Which DeepSeek model should I use?
Use deepseek-v4-flash for cost-efficient, high-volume work. Use deepseek-v4-pro for complex reasoning, coding, and agentic workflows where output quality is more important than cost.
How much does DeepSeek API cost?
As of May 3, 2026, deepseek-v4-flash is listed at $0.0028 per 1M cache-hit input tokens, $0.14 per 1M cache-miss input tokens, and $0.28 per 1M output tokens. deepseek-v4-pro is listed at discounted rates of $0.003625, $0.435, and $0.87 respectively. Always verify current pricing before production use.
What is the difference between deepseek-v4-flash and deepseek-v4-pro?
deepseek-v4-flash is the lower-cost, faster model for general and high-volume workloads. deepseek-v4-pro is the more capable model for difficult reasoning, coding, and agent workflows.
Are deepseek-chat and deepseek-reasoner still supported?
They are legacy names and are scheduled to be retired on July 24, 2026. For compatibility, they currently map to deepseek-v4-flash non-thinking and thinking modes respectively.
Can I use DeepSeek API with Node.js?
Yes. Install the OpenAI Node.js SDK, set baseURL to https://api.deepseek.com, and pass your DeepSeek API key.
Can I use DeepSeek API with Python?
Yes. Install the OpenAI Python SDK, initialize OpenAI(base_url="https://api.deepseek.com"), and call client.chat.completions.create() with a DeepSeek model.
How do I fix a DeepSeek API 429 error?
A 429 means rate limit reached. Pace requests, add retries with backoff, reduce concurrency, and consider fallback providers for critical workloads.

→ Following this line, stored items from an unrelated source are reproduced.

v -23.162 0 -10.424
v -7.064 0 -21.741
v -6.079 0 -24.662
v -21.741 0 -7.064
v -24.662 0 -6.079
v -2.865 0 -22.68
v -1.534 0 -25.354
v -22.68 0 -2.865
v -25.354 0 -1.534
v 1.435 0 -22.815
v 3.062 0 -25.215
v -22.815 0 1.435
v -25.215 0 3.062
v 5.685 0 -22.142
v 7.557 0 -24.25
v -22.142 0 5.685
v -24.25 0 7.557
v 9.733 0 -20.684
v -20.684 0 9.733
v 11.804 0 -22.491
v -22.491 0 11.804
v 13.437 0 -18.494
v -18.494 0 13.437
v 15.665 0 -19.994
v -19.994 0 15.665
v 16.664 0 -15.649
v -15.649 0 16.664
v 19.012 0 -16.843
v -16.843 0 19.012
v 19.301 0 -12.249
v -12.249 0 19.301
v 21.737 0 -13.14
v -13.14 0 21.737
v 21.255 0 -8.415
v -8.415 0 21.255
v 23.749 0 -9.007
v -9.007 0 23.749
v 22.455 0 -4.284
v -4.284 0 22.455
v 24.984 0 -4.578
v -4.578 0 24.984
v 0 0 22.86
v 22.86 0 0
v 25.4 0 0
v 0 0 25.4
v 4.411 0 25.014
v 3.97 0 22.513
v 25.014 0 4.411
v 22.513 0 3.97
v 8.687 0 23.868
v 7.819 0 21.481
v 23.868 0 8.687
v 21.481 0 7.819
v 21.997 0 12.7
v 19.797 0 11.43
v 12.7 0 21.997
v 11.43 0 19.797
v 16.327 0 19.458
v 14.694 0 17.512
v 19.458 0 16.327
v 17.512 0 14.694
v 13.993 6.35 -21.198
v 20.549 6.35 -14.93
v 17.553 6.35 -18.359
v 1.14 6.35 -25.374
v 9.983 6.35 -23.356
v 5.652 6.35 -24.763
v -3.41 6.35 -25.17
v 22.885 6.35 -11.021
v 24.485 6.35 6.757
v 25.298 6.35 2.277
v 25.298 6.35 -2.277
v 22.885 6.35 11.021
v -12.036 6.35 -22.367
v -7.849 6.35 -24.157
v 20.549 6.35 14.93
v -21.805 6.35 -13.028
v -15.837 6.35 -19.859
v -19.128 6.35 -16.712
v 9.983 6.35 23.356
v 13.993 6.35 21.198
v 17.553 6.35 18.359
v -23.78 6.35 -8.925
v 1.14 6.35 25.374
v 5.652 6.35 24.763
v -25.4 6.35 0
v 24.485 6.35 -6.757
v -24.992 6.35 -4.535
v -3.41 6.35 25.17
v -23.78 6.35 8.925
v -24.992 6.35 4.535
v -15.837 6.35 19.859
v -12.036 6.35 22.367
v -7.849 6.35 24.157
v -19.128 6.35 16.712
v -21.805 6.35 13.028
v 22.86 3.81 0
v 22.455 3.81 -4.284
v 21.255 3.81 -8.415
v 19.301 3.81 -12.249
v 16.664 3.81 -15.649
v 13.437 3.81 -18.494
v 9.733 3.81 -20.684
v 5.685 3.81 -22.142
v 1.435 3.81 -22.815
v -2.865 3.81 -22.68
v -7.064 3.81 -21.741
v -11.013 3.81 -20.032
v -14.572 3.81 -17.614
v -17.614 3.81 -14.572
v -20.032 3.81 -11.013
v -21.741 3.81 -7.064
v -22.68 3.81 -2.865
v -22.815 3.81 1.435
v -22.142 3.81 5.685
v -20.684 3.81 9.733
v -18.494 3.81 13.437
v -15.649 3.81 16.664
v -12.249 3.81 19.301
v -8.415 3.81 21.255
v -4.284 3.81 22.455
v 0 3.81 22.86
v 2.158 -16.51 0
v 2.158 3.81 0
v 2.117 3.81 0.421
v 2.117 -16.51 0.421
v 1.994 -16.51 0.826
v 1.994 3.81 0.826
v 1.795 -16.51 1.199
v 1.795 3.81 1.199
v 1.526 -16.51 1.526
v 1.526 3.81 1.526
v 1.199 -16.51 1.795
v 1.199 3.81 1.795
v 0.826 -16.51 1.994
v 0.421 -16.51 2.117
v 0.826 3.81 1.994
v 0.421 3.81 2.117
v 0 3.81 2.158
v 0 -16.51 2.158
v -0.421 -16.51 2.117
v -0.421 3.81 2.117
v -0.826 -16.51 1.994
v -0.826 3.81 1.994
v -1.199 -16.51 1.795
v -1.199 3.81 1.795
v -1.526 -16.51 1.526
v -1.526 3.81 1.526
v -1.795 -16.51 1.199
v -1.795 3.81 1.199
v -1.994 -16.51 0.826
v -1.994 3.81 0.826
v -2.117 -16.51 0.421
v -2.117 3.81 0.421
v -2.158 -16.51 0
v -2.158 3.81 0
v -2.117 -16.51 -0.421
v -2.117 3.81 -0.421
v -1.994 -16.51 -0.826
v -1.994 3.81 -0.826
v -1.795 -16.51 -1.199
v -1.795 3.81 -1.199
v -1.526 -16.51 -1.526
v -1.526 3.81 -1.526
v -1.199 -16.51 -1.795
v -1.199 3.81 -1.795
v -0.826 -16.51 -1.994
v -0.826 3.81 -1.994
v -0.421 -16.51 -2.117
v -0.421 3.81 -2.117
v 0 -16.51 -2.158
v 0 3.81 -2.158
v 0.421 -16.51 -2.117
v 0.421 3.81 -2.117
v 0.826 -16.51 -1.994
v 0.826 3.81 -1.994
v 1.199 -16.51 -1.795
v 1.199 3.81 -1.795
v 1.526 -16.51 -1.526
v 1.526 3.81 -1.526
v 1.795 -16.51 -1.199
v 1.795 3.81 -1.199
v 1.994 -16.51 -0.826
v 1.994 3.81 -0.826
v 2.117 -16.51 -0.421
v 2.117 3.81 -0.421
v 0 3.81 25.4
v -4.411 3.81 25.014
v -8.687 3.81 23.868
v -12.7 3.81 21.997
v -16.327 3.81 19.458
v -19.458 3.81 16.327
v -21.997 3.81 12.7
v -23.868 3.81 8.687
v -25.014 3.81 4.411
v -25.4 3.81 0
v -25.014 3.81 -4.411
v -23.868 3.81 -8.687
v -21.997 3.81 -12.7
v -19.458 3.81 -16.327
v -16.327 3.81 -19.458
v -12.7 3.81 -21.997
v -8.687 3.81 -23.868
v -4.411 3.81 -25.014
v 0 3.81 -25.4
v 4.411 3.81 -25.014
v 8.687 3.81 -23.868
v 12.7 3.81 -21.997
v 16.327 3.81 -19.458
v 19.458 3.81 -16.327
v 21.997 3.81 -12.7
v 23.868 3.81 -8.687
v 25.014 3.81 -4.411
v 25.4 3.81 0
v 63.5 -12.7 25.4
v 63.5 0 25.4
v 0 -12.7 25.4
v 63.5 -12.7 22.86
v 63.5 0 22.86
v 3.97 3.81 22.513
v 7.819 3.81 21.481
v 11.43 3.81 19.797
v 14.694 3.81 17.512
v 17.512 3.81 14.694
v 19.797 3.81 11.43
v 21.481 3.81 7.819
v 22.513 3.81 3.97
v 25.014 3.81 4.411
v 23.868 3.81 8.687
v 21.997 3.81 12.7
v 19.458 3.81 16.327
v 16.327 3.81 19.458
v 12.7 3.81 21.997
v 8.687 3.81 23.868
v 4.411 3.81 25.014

Does DeepSeek API support JSON output?
Yes. Set response_format to {"type": "json_object"} and explicitly ask for JSON in the prompt.
Does DeepSeek API support tool calling?
Yes. DeepSeek supports function tools in chat completions. Validate all generated function arguments before running external actions.

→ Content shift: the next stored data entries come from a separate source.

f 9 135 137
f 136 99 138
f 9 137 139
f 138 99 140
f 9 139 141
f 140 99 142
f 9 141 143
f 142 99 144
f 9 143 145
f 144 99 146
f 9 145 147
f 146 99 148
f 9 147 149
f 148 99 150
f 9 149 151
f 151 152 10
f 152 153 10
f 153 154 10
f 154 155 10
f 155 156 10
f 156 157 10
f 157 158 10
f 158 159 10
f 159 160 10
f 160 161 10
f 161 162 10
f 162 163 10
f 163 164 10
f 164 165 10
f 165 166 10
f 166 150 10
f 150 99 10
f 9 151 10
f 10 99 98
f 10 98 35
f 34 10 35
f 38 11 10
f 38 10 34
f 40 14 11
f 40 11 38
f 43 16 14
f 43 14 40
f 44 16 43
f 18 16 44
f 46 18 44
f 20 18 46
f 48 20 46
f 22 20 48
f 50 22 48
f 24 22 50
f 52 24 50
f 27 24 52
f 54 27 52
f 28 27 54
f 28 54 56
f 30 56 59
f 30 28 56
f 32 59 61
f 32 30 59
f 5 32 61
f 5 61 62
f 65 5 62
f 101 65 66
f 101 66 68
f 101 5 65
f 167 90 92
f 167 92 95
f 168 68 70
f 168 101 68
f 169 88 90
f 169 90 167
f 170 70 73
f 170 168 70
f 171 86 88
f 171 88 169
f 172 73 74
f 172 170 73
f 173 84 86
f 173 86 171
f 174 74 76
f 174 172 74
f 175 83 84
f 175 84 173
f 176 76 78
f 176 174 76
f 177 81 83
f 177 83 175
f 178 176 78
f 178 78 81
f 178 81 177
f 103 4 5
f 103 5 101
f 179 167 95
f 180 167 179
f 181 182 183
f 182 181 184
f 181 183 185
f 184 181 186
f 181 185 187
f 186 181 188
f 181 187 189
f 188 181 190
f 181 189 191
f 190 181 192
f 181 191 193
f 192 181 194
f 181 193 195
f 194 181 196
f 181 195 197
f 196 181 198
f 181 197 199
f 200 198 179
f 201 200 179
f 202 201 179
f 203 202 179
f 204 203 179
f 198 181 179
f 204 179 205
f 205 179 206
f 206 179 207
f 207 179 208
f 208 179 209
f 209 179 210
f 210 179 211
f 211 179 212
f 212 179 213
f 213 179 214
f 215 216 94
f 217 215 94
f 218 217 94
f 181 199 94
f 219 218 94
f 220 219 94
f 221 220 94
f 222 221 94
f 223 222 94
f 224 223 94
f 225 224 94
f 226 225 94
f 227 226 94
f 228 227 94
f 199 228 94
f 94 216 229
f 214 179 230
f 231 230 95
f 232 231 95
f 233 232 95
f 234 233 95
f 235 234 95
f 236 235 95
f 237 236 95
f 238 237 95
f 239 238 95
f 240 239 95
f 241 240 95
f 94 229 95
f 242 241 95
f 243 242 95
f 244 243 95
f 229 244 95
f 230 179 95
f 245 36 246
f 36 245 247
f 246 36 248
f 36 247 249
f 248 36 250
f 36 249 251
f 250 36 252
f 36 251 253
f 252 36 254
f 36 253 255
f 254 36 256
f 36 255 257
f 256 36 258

Is DeepSeek API safe for production?
It can be used in production if you secure API keys, handle errors, monitor token usage, validate outputs, use retries, and keep pricing/model information updated.
Conclusion
The fastest path to using the DeepSeek API is simple: create an API key, use the OpenAI SDK, set the DeepSeek base URL, choose either deepseek-v4-flash or deepseek-v4-pro, and monitor token usage carefully. For production applications, pay close attention to context caching, output validation, tool-call safety, and the upcoming retirement of legacy model names.